Locate the central portion of the cornea. Make superficial horizontal and vertical incisions in the desired pattern piercing the outermost corneal epithelial layer. Transfer the incised tissue, cornea side down, into a specialized hollow mold.
Fill the corneal cavity with liquified agar and allow to solidify, restraining the tissue inside the mold. Invert the mold to expose the wounded surface of the corneal epithelium. Pipette the Pseudomonas suspension into the incised areas of the cornea. Overlay the mold with more growth medium for optimal bacterial growth. Supplement the culture dish with media and incubate.
Bacteria traverse the epithelial incision to invade the stroma. Inside the stroma, bacteria cause the infiltration of immune cells, proteins, and fluid in the cornea resulting in an inflammatory response.

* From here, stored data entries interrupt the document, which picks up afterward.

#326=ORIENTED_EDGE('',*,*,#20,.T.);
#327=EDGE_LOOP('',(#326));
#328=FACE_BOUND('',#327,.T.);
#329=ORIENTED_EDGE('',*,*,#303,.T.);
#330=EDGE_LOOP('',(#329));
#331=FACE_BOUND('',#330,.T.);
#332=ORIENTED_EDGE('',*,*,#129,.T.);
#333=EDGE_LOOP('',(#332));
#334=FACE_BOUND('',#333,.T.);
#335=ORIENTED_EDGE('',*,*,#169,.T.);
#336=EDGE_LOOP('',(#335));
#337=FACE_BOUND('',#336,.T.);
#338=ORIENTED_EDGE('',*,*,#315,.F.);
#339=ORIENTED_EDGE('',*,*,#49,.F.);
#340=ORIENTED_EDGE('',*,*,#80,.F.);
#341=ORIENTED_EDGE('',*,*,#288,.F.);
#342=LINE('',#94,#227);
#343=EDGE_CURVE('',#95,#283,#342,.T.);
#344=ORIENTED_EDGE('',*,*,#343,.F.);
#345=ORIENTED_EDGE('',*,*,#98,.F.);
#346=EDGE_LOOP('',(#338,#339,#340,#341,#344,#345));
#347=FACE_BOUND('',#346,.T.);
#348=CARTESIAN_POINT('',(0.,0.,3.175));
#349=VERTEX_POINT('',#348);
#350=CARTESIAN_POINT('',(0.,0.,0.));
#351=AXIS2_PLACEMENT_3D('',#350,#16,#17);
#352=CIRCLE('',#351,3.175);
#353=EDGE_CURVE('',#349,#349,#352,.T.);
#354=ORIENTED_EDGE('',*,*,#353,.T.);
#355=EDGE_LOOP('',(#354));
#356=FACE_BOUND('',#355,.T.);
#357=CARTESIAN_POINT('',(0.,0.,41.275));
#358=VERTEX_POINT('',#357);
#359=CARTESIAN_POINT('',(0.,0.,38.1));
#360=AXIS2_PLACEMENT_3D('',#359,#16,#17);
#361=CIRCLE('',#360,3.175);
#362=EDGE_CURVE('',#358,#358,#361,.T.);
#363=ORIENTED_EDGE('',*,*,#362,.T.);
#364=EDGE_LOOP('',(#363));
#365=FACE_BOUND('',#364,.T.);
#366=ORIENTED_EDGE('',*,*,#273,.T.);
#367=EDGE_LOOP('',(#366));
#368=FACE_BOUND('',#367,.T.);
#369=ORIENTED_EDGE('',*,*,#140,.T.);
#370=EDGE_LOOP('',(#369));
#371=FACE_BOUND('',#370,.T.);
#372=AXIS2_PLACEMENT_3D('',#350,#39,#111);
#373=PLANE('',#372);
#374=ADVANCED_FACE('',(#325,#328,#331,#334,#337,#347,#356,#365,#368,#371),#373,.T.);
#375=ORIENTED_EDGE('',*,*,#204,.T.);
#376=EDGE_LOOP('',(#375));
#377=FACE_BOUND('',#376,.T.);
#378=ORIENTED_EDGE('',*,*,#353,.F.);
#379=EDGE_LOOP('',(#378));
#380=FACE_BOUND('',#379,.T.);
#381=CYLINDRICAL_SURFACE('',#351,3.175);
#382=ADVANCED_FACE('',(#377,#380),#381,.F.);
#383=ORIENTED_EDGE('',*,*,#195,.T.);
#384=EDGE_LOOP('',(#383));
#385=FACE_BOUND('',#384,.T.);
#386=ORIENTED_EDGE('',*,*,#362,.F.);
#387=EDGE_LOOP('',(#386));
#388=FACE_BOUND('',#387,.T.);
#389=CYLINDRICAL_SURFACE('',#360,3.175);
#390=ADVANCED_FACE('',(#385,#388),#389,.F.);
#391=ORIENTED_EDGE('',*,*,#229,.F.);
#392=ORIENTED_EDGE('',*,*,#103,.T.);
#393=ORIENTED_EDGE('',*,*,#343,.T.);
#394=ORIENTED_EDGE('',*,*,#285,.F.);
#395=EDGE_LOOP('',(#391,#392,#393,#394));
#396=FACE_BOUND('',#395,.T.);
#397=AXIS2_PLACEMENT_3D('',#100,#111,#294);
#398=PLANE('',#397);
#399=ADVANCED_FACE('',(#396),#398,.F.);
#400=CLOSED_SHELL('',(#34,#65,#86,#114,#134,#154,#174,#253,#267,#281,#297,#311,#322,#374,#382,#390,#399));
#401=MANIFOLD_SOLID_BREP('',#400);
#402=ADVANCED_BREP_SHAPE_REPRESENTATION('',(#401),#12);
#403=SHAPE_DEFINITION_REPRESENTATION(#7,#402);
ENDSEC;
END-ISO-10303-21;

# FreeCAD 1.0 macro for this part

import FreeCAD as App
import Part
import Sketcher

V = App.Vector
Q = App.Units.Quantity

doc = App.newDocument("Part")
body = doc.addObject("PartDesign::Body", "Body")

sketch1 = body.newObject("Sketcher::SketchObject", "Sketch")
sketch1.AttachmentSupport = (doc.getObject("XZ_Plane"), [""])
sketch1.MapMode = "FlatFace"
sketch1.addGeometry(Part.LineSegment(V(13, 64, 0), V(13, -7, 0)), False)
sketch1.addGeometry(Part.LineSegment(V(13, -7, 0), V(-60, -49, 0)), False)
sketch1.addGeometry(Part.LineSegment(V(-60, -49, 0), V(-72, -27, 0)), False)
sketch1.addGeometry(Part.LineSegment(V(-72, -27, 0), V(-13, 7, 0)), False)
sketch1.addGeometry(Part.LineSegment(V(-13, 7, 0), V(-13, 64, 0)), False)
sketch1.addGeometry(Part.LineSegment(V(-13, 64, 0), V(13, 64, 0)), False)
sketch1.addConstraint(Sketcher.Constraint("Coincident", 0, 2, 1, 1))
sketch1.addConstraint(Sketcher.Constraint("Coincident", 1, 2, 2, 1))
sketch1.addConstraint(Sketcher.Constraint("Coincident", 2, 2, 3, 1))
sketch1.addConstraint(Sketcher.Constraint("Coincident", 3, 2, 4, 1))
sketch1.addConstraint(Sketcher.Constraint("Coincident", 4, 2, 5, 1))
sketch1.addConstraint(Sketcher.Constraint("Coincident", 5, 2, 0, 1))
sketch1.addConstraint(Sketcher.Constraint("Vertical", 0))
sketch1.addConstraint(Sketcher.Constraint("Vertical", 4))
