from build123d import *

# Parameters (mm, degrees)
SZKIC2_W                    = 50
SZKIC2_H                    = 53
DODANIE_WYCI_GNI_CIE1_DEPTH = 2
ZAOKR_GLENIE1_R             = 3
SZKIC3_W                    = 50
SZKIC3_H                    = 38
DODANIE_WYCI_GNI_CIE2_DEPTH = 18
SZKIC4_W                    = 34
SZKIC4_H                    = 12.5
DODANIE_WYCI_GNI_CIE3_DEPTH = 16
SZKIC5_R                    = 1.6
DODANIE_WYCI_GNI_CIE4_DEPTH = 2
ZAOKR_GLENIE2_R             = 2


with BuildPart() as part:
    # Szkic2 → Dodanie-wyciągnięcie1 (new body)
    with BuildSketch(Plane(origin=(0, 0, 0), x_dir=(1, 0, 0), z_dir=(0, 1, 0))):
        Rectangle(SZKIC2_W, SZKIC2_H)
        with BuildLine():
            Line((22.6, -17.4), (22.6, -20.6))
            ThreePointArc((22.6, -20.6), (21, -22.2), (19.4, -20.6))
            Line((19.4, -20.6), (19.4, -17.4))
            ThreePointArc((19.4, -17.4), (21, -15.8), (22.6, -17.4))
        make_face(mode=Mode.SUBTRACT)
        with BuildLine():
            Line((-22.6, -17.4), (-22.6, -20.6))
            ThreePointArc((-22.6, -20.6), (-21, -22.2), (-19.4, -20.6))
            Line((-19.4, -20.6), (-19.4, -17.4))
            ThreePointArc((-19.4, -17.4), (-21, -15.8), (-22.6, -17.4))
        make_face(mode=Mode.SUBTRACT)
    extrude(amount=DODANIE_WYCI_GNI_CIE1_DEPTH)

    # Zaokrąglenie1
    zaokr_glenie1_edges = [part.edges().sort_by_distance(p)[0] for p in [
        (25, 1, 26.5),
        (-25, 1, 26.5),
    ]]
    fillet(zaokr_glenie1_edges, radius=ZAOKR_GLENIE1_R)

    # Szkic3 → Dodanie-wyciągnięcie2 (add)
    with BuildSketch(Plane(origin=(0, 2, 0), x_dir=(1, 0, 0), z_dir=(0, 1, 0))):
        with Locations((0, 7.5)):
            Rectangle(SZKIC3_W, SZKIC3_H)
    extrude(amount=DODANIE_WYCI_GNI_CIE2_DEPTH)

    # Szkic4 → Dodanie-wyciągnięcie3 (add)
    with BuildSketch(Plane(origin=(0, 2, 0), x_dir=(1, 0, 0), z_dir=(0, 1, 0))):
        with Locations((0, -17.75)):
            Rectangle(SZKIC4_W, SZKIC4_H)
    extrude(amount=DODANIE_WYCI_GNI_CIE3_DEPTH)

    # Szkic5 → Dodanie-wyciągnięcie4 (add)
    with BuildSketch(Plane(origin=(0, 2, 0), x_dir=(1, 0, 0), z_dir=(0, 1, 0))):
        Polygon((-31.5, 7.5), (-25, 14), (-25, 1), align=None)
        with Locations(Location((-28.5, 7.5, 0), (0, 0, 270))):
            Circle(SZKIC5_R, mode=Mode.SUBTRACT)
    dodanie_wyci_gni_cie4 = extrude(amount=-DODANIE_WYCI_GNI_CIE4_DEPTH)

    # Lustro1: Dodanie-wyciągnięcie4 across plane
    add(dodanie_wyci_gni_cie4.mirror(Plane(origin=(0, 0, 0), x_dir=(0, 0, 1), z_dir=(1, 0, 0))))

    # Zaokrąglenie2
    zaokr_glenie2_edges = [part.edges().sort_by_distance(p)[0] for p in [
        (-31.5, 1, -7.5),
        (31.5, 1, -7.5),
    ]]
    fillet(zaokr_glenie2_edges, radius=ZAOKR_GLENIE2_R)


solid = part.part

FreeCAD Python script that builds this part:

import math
import FreeCAD as App
import Part
import Sketcher
Q = App.Units.Quantity


def edges_at(feature, points):
    """Names of the edges that pass closest to the given points."""
    edges = feature.Shape.Edges
    near = lambda p: min(range(len(edges)), key=lambda i: edges[i].distToShape(Part.Vertex(*p))[0])
    return sorted({f"Edge{near(p) + 1}" for p in points})


def add_polygon(sketch, points):
    """Adds a closed chain of lines whose ends are joined by coincident constraints."""
    first, n = sketch.GeometryCount, len(points)
    for a, b in zip(points, points[1:] + points[:1]):
        sketch.addGeometry(Part.LineSegment(App.Vector(*a, 0), App.Vector(*b, 0)), False)
    for i in range(n):
        sketch.addConstraint(Sketcher.Constraint("Coincident", first + i, 2, first + (i + 1) % n, 1))

doc = App.newDocument("Part")
body = doc.addObject("PartDesign::Body", "Body")

sketch1 = body.newObject("Sketcher::SketchObject", "Sketch")
sketch1.AttachmentSupport = (doc.getObject("XZ_Plane"), [""])
sketch1.MapMode = "FlatFace"
add_polygon(sketch1, [(-25, -26.5), (-25, 26.5), (25, 26.5), (25, -26.5)])
sketch1.addGeometry(Part.LineSegment(App.Vector(-22.6, 20.6, 0), App.Vector(-22.6, 17.4, 0)), False)
sketch1.addGeometry(Part.ArcOfCircle(Part.Circle(App.Vector(-21, 17.4, 0), App.Vector(0, 0, 1), 1.6), math.radians(180), math.radians(360)), False)
sketch1.addGeometry(Part.LineSegment(App.Vector(-19.4, 17.4, 0), App.Vector(-19.4, 20.6, 0)), False)
sketch1.addGeometry(Part.ArcOfCircle(Part.Circle(App.Vector(-21, 20.6, 0), App.Vector(0, 0, 1), 1.6), math.radians(0), math.radians(180)), False)
sketch1.addGeometry(Part.ArcOfCircle(Part.Circle(App.Vector(21, 17.4, 0), App.Vector(0, 0, 1), 1.6), math.radians(180), math.radians(360)), False)
sketch1.addGeometry(Part.LineSegment(App.Vector(22.6, 17.4, 0), App.Vector(22.6, 20.6, 0)), False)
sketch1.addGeometry(Part.ArcOfCircle(Part.Circle(App.Vector(21, 20.6, 0), App.Vector(0, 0, 1), 1.6), math.radians(0), math.radians(180)), False)
sketch1.addGeometry(Part.LineSegment(App.Vector(19.4, 20.6, 0), App.Vector(19.4, 17.4, 0)), False)
sketch1.addConstraint([
    Sketcher.Constraint("Tangent", 4, 2, 5, 1),
    Sketcher.Constraint("Tangent", 5, 2, 6, 1),
    Sketcher.Constraint("Tangent", 6, 2, 7, 1),
    Sketcher.Constraint("Tangent", 7, 2, 4, 1),
    Sketcher.Constraint("Tangent", 8, 2, 9, 1),
    Sketcher.Constraint("Tangent", 9, 2, 10, 1),
    Sketcher.Constraint("Tangent", 10, 2, 11, 1),
    Sketcher.Constraint("Tangent", 11, 2, 8, 1),
    Sketcher.Constraint("Vertical", 0),
    Sketcher.Constraint("Horizontal", 1),
    Sketcher.Constraint("Vertical", 2),
    Sketcher.Constraint("Horizontal", 3),
    Sketcher.Constraint("Vertical", 4),
    Sketcher.Constraint("Vertical", 6),
    Sketcher.Constraint("Vertical", 9),
    Sketcher.Constraint("Vertical", 11),
    Sketcher.Constraint("Equal", 7, 8),
    Sketcher.Constraint("Symmetric", 0, 2, 2, 2, -1, 1),
    Sketcher.Constraint("Symmetric", 5, 3, 8, 3, -2),
    Sketcher.Constraint("Horizontal", 7, 3, 10, 3),
    Sketcher.Constraint("Radius", 5, Q("1.6 mm")),
    Sketcher.Constraint("DistanceX", 1, 1, 1, 2, Q("50 mm")),
    Sketcher.Constraint("DistanceY", 0, 1, 0, 2, Q("53 mm")),
    Sketcher.Constraint("DistanceY", 4, 2, 4, 1, Q("3.2 mm")),
    Sketcher.Constraint("DistanceX", 5, 3, -1, 1, Q("21 mm")),
    Sketcher.Constraint("DistanceY", -1, 1, 5, 3, Q("17.4 mm")),
])
pad1 = body.newObject("PartDesign::Pad", "Pad")
pad1.Profile = sketch1
pad1.Length = 2
pad1.Reversed = True
doc.recompute()

fillet = body.newObject("PartDesign::Fillet", "Fillet")
fillet.Base = (pad1, edges_at(pad1, [(25, 1, 26.5), (-25, 1, 26.5)]))
fillet.Radius = 3

sketch2 = body.newObject("Sketcher::SketchObject", "Sketch001")
sketch2.AttachmentSupport = (doc.getObject("XZ_Plane"), [""])
sketch2.MapMode = "FlatFace"
sketch2.AttachmentOffset = App.Placement(App.Vector(0, 0, -2), App.Rotation())
add_polygon(sketch2, [(-25, -26), (-25, 12), (25, 12), (25, -26)])
sketch2.addConstraint([
    Sketcher.Constraint("Vertical", 0),
    Sketcher.Constraint("Horizontal", 1),
    Sketcher.Constraint("Vertical", 2),
    Sketcher.Constraint("Horizontal", 3),
    Sketcher.Constraint("DistanceX", 1, 1, 1, 2, Q("50 mm")),
    Sketcher.Constraint("DistanceY", 0, 1, 0, 2, Q("38 mm")),
    Sketcher.Constraint("DistanceX", 0, 2, -1, 1, Q("25 mm")),
    Sketcher.Constraint("DistanceY", -1, 1, 0, 2, Q("11.5 mm")),
])
pad2 = body.newObject("PartDesign::Pad", "Pad001")
pad2.Profile = sketch2
pad2.Length = 18
pad2.Reversed = True

sketch3 = body.newObject("Sketcher::SketchObject", "Sketch002")
sketch3.AttachmentSupport = (doc.getObject("XZ_Plane"), [""])
sketch3.MapMode = "FlatFace"
sketch3.AttachmentOffset = App.Placement(App.Vector(0, 0, -2), App.Rotation())
add_polygon(sketch3, [(-17, 12), (-17, 24), (17, 24), (17, 12)])
sketch3.addConstraint([
    Sketcher.Constraint("Vertical", 0),
    Sketcher.Constraint("Horizontal", 1),
    Sketcher.Constraint("Vertical", 2),
    Sketcher.Constraint("Horizontal", 3),
    Sketcher.Constraint("DistanceX", 1, 1, 1, 2, Q("34 mm")),
    Sketcher.Constraint("DistanceY", 0, 1, 0, 2, Q("12.5 mm")),
    Sketcher.Constraint("DistanceX", 0, 2, -1, 1, Q("17 mm")),
    Sketcher.Constraint("DistanceY", -1, 1, 0, 2, Q("24 mm")),
])
pad3 = body.newObject("PartDesign::Pad", "Pad002")
pad3.Profile = sketch3
pad3.Length = 16
pad3.Reversed = True

sketch4 = body.newObject("Sketcher::SketchObject", "Sketch003")
sketch4.AttachmentSupport = (doc.getObject("XZ_Plane"), [""])
sketch4.MapMode = "FlatFace"
sketch4.AttachmentOffset = App.Placement(App.Vector(0, 0, -2), App.Rotation())
add_polygon(sketch4, [(-25, -14), (-31.5, -7.5), (-25, -1)])
sketch4.addGeometry(Part.Circle(App.Vector(-28.5, -7.5, 0), App.Vector(0, 0, 1), 1.6), False)
sketch4.addConstraint([
    Sketcher.Constraint("Vertical", 2),
    Sketcher.Constraint("Perpendicular", 0, 1),
    Sketcher.Constraint("Horizontal", 3, 3, 0, 2),
    Sketcher.Constraint("Equal", 0, 1),
    Sketcher.Constraint("Diameter", 3, Q("3.2 mm")),
    Sketcher.Constraint("DistanceY", 2, 2, 2, 1, Q("13 mm")),
    Sketcher.Constraint("DistanceX", 1, 2, -1, 1, Q("25 mm")),
    Sketcher.Constraint("DistanceY", 1, 2, -1, 1, Q("1 mm")),
    Sketcher.Constraint("DistanceX", 0, 2, 3, 3, Q("3 mm")),
])
pad4 = body.newObject("PartDesign::Pad", "Pad003")
pad4.Profile = sketch4
pad4.Length = 2
doc.recompute()

mirrored = body.newObject("PartDesign::Mirrored", "Mirrored")
mirrored.Originals = [pad4]
mirrored.MirrorPlane = (doc.getObject("YZ_Plane"), [""])
body.Tip = mirrored
doc.recompute()

fillet2 = body.newObject("PartDesign::Fillet", "Fillet001")
fillet2.Base = (mirrored, edges_at(mirrored, [(-31.5, 1, -7.5), (31.5, 1, -7.5)]))
fillet2.Radius = 2

doc.recompute()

The fluid build-up increases the corneal opacity, confirming bacterial keratitis.
Remove the media from the Petri dish, and rinse the corneas twice with one milliliter of sterile PBS. Hold the cornea with forceps and squeeze gently. Use a 10A scalpel to make four cuts - two vertical, two horizontal - in the central section of the corneoscleral button through the epithelial layer to the underlying stroma.
Place a sterile glass mold in a six-well plate with the wide part up. Then, place the cornea in the middle of the glass mold, with the epithelium side facing down, and the wounded part of the cornea centered in the glass mold.

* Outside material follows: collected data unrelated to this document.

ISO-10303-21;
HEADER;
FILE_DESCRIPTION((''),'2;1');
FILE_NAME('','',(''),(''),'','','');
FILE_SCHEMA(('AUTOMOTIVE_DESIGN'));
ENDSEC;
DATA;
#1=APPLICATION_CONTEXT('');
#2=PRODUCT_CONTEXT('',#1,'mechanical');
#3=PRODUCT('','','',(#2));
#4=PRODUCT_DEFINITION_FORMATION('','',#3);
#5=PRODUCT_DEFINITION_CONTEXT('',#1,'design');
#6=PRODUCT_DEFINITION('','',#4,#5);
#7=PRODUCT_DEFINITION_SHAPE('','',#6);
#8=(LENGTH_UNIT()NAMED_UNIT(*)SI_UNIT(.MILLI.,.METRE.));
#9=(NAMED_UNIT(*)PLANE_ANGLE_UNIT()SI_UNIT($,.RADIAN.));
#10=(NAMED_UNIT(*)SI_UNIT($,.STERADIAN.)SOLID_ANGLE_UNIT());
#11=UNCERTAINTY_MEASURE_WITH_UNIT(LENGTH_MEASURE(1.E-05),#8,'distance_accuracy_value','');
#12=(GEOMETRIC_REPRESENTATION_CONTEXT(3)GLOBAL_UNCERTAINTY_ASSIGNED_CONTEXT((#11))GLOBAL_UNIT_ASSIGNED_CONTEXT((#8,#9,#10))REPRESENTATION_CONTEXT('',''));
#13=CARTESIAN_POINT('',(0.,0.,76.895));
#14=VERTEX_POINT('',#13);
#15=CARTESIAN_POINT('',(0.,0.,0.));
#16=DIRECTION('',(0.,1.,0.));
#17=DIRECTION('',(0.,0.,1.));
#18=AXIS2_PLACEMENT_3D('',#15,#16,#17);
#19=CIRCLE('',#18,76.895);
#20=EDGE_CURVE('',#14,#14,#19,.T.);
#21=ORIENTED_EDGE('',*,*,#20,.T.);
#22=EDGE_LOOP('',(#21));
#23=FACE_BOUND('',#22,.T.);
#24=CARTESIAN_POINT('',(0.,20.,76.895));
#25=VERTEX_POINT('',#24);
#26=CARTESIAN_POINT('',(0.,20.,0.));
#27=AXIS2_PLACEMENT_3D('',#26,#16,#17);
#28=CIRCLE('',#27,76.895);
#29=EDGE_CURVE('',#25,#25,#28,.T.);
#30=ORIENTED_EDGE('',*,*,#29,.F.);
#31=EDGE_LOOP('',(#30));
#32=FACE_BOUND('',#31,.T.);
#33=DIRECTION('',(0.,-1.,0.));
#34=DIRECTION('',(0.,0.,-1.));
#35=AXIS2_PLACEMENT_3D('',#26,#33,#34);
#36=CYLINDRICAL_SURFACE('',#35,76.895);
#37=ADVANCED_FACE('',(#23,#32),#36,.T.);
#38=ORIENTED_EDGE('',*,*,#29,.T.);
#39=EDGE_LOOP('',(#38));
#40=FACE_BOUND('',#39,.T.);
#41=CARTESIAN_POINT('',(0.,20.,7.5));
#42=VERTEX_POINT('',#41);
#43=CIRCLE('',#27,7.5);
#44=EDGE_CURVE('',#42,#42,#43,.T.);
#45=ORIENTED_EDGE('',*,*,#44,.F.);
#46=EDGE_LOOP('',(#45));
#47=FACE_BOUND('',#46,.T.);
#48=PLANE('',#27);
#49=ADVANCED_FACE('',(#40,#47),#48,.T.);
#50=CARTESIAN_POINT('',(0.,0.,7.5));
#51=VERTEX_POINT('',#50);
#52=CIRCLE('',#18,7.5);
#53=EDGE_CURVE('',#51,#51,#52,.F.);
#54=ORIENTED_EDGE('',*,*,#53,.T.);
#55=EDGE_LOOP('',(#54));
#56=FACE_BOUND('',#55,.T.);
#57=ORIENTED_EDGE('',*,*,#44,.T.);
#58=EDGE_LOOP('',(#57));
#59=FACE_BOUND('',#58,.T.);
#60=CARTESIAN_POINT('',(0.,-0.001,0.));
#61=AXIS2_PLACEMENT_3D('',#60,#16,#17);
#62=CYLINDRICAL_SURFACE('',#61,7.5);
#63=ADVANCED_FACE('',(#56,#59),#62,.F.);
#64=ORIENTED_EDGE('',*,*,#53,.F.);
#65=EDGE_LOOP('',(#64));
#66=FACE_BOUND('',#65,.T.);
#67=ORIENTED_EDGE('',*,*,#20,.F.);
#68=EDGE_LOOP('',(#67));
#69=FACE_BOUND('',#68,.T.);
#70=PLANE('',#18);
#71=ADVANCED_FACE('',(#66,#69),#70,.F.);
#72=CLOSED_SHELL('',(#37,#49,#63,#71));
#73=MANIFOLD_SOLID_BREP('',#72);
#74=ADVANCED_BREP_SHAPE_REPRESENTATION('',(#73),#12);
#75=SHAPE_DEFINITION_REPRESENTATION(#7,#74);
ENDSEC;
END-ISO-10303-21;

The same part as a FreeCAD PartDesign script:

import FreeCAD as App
import Part
import Sketcher

V = App.Vector
Q = App.Units.Quantity

doc = App.newDocument("Part")
body = doc.addObject("PartDesign::Body", "Body")

sketch1 = doc.addObject("Sketcher::SketchObject", "Sketch")
body.addObject(sketch1)
sketch1.AttachmentSupport = (doc.XZ_Plane, [""])
sketch1.MapMode = "FlatFace"
sketch1.addGeometry(Part.Circle(V(0, 0, 0), V(0, 0, 1), 77), False)
sketch1.addConstraint([
    Sketcher.Constraint("Coincident", 0, 3, -1, 1),
    Sketcher.Constraint("Diameter", 0, Q("153.79 mm")),
])
pad1 = doc.addObject("PartDesign::Pad", "Pad")
body.addObject(pad1)
pad1.Profile = sketch1
pad1.Length = 20
pad1.Reversed = True

sketch2 = doc.addObject("Sketcher::SketchObject", "Sketch001")
body.addObject(sketch2)
sketch2.AttachmentSupport = (doc.XZ_Plane, [""])
sketch2.MapMode = "FlatFace"
sketch2.AttachmentOffset = App.Placement(V(0, 0, -20), App.Rotation())
sketch2.addGeometry(Part.Circle(V(0, 0, 0), V(0, 0, 1), 8), False)
sketch2.addConstraint([
    Sketcher.Constraint("Coincident", 0, 3, -1, 1),
    Sketcher.Constraint("Diameter", 0, Q("15 mm")),
])
pocket1 = doc.addObject("PartDesign::Pocket", "Pocket")
body.addObject(pocket1)
pocket1.Profile = sketch2
pocket1.Type = "UpToFirst"
pocket1.Reversed = True

doc.recompute()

Fill the glass mold completely by adding one milliliter of agar solution. After allowing the agar to set, invert the glass mold so that the corneal epithelium is facing upwards.
The glass mold has to be sealed with agar up to the brim to prevent leaking of the inoculum or drug solution.
Pipette 200 microliters of the bacterial culture directly into a cut area. Also, for each experiment, set up a control by adding 200 microliters of sterile PBS to one cornea, instead of adding the bacterial culture.
Next, add 185 microliters of PBS to the top of each cornea to keep the epithelium moist. Then, add one milliliter of DMEM without antibiotics to the bottom of each well. Incubate the six-welled plate at 37 degrees Celsius with humidity and 5% carbon dioxide, for up to 24 hours.
Discard the DMEM from the six-welled plate and add one milliliter of sterile PBS to each well to rinse it. Remove the PBS gently, without touching the central part of the corneoscleral button. Remove the glass mold using sterile forceps, and place it in 5% Distel. Gently rinse the top of the corneoscleral button twice with one milliliter of PBS.
Use fine-tip forceps to lift the edge of the corneoscleral button, detach it from the agar underneath, and transfer it to a 50-milliliter tube filled with one to two milliliters of ice-cold PBS. To help detach bacteria from the corneal epithelium and the cut area, add PBS to the tube and use a fine-tip homogenizer to shear the top of the infected cornea. The tissue does not have to be completely liquidized.
Vortex to resuspend settled bacteria, and add 20 microliters of the homogenized cornea to 180 microliters of PBS. Then, perform serial dilutions of the homogenate in a 96-well plate.
Pipette 10 microliters of the diluted homogenate onto a blood agar plate.
After incubating the plate for 16 hours, count the number of colony-forming units.